* [Given records]:
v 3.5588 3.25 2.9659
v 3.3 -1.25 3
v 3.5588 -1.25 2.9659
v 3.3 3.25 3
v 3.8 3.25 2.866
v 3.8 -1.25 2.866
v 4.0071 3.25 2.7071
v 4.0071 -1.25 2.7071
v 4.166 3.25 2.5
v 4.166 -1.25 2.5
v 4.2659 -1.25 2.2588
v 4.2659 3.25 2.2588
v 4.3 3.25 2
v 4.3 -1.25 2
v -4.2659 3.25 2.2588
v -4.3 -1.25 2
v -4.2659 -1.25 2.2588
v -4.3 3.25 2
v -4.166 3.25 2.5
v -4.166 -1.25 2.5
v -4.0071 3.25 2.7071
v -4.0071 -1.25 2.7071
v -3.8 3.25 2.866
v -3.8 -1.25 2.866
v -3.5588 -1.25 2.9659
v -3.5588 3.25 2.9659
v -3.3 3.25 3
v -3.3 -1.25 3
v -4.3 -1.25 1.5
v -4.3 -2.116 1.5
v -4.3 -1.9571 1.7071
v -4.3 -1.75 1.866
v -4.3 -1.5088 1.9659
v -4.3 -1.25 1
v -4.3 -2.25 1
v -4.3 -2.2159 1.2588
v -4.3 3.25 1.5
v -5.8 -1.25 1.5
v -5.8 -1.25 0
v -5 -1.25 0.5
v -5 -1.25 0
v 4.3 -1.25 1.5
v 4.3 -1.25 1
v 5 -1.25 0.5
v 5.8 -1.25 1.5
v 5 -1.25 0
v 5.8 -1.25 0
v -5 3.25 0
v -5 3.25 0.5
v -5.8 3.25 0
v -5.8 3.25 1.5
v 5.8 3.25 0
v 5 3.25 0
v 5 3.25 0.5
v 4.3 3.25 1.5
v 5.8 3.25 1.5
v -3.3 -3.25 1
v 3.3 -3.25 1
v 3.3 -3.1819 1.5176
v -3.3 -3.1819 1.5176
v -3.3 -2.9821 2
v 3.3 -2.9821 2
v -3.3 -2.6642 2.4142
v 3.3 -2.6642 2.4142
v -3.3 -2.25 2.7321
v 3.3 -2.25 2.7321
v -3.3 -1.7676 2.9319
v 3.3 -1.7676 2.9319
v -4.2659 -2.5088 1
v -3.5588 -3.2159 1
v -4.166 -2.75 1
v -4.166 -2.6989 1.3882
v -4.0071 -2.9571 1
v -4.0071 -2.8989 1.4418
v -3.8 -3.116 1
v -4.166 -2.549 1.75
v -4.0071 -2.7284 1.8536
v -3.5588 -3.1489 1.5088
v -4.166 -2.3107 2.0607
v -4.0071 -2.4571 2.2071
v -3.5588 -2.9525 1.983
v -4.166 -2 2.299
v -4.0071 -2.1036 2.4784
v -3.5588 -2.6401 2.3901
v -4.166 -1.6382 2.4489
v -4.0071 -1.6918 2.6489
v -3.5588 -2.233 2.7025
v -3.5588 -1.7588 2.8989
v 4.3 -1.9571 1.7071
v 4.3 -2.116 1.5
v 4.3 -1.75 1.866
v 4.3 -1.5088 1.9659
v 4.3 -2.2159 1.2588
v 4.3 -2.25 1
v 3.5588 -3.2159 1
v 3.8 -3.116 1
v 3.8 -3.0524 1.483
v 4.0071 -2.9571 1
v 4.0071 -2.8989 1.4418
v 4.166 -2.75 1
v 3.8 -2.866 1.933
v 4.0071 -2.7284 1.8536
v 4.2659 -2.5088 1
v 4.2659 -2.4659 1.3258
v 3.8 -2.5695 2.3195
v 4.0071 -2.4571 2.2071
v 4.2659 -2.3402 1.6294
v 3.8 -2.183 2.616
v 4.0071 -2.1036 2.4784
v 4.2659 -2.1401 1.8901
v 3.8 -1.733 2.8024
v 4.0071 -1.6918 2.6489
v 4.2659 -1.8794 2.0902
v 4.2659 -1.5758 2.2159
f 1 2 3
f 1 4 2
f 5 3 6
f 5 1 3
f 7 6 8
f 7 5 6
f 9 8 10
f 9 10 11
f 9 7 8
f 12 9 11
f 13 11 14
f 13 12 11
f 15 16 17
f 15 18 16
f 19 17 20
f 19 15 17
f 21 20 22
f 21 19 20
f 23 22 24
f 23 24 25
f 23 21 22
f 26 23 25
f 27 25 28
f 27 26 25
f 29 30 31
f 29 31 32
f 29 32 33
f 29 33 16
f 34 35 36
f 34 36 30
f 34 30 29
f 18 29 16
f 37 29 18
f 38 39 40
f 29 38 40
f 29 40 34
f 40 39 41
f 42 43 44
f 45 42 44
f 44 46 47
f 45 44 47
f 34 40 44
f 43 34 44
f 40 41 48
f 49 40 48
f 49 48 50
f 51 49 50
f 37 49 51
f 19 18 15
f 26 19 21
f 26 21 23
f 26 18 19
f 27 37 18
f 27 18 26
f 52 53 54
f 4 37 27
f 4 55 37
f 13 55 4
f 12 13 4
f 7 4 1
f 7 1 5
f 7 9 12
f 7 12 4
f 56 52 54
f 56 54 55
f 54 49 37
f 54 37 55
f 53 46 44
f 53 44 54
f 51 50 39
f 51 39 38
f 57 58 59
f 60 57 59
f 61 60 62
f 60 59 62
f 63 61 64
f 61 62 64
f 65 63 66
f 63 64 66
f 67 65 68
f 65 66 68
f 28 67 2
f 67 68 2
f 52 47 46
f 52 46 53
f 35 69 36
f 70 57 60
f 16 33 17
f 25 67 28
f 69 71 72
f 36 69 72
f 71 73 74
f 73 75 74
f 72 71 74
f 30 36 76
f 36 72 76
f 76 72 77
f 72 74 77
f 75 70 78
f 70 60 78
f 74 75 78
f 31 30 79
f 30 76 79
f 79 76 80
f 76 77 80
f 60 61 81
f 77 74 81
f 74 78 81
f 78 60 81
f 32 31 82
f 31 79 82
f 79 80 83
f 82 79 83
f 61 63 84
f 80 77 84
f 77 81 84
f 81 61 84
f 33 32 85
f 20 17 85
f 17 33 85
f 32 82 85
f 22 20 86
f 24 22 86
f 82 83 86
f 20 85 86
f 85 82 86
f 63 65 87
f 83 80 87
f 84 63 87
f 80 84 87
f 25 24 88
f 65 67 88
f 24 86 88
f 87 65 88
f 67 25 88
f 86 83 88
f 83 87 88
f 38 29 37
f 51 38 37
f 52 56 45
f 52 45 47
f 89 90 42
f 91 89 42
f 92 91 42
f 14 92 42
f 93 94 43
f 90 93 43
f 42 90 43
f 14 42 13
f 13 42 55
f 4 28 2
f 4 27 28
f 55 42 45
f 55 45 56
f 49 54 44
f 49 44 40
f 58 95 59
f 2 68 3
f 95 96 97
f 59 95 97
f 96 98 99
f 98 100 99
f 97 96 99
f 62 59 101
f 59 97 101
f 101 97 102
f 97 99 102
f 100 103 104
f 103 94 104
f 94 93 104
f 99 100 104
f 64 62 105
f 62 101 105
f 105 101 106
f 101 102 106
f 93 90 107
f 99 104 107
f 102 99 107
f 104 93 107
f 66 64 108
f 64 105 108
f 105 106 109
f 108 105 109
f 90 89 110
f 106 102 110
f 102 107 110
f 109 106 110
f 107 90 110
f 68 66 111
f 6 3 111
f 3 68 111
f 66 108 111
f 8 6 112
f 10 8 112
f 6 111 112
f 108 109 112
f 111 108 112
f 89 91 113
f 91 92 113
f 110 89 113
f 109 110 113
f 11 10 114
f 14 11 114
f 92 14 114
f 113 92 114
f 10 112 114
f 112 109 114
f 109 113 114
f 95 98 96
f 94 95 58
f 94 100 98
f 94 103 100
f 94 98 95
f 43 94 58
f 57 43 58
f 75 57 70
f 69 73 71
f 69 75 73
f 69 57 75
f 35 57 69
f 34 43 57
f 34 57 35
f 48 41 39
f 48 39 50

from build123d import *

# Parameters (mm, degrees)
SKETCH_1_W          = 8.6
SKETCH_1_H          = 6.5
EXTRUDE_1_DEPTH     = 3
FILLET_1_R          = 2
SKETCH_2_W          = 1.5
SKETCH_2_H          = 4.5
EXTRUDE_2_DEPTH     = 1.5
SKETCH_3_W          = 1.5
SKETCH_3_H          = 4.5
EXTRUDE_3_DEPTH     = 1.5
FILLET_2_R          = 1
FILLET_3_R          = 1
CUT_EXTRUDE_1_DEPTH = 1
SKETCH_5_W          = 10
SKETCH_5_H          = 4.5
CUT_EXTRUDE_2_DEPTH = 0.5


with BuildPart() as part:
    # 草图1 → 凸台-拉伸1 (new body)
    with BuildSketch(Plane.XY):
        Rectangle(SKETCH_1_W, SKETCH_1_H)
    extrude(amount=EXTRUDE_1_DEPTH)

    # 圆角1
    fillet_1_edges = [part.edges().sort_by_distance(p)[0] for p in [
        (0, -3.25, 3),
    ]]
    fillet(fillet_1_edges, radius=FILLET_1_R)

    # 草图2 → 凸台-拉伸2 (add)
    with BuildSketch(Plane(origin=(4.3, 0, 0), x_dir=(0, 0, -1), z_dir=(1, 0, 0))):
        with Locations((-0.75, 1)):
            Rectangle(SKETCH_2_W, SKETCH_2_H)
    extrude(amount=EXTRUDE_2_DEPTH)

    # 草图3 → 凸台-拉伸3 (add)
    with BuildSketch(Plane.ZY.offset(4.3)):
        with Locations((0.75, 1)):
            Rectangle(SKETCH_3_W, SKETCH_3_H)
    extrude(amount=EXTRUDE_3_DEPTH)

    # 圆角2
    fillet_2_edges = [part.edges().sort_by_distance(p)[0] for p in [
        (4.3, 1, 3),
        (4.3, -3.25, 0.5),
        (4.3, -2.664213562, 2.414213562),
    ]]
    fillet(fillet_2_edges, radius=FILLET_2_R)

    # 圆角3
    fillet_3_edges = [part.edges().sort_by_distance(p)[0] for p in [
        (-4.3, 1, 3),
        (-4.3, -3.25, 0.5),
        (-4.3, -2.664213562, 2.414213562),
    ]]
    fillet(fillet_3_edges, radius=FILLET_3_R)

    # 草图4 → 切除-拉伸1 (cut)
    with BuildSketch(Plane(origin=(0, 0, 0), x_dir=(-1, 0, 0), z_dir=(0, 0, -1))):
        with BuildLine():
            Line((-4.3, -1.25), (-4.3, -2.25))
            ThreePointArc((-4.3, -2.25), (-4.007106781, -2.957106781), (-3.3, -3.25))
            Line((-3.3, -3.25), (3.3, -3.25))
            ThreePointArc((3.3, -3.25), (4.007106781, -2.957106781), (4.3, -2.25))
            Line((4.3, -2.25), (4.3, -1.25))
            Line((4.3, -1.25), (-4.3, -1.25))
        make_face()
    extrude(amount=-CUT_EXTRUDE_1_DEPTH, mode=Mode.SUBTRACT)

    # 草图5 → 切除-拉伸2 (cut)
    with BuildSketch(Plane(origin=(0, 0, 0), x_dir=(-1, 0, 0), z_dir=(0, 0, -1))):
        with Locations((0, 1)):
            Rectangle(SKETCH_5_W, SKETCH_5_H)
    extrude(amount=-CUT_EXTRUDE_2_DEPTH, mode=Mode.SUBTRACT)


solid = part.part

* [Required action]: Look above for the line holding "v 3.3 -2.9821 2" and the line holding "v -4.0071 -2.9571 1", then output exactly those two lines and every line between them, nothing more.

* [Solution to the exercise]:
v 3.3 -2.9821 2
v -3.3 -2.6642 2.4142
v 3.3 -2.6642 2.4142
v -3.3 -2.25 2.7321
v 3.3 -2.25 2.7321
v -3.3 -1.7676 2.9319
v 3.3 -1.7676 2.9319
v -4.2659 -2.5088 1
v -3.5588 -3.2159 1
v -4.166 -2.75 1
v -4.166 -2.6989 1.3882
v -4.0071 -2.9571 1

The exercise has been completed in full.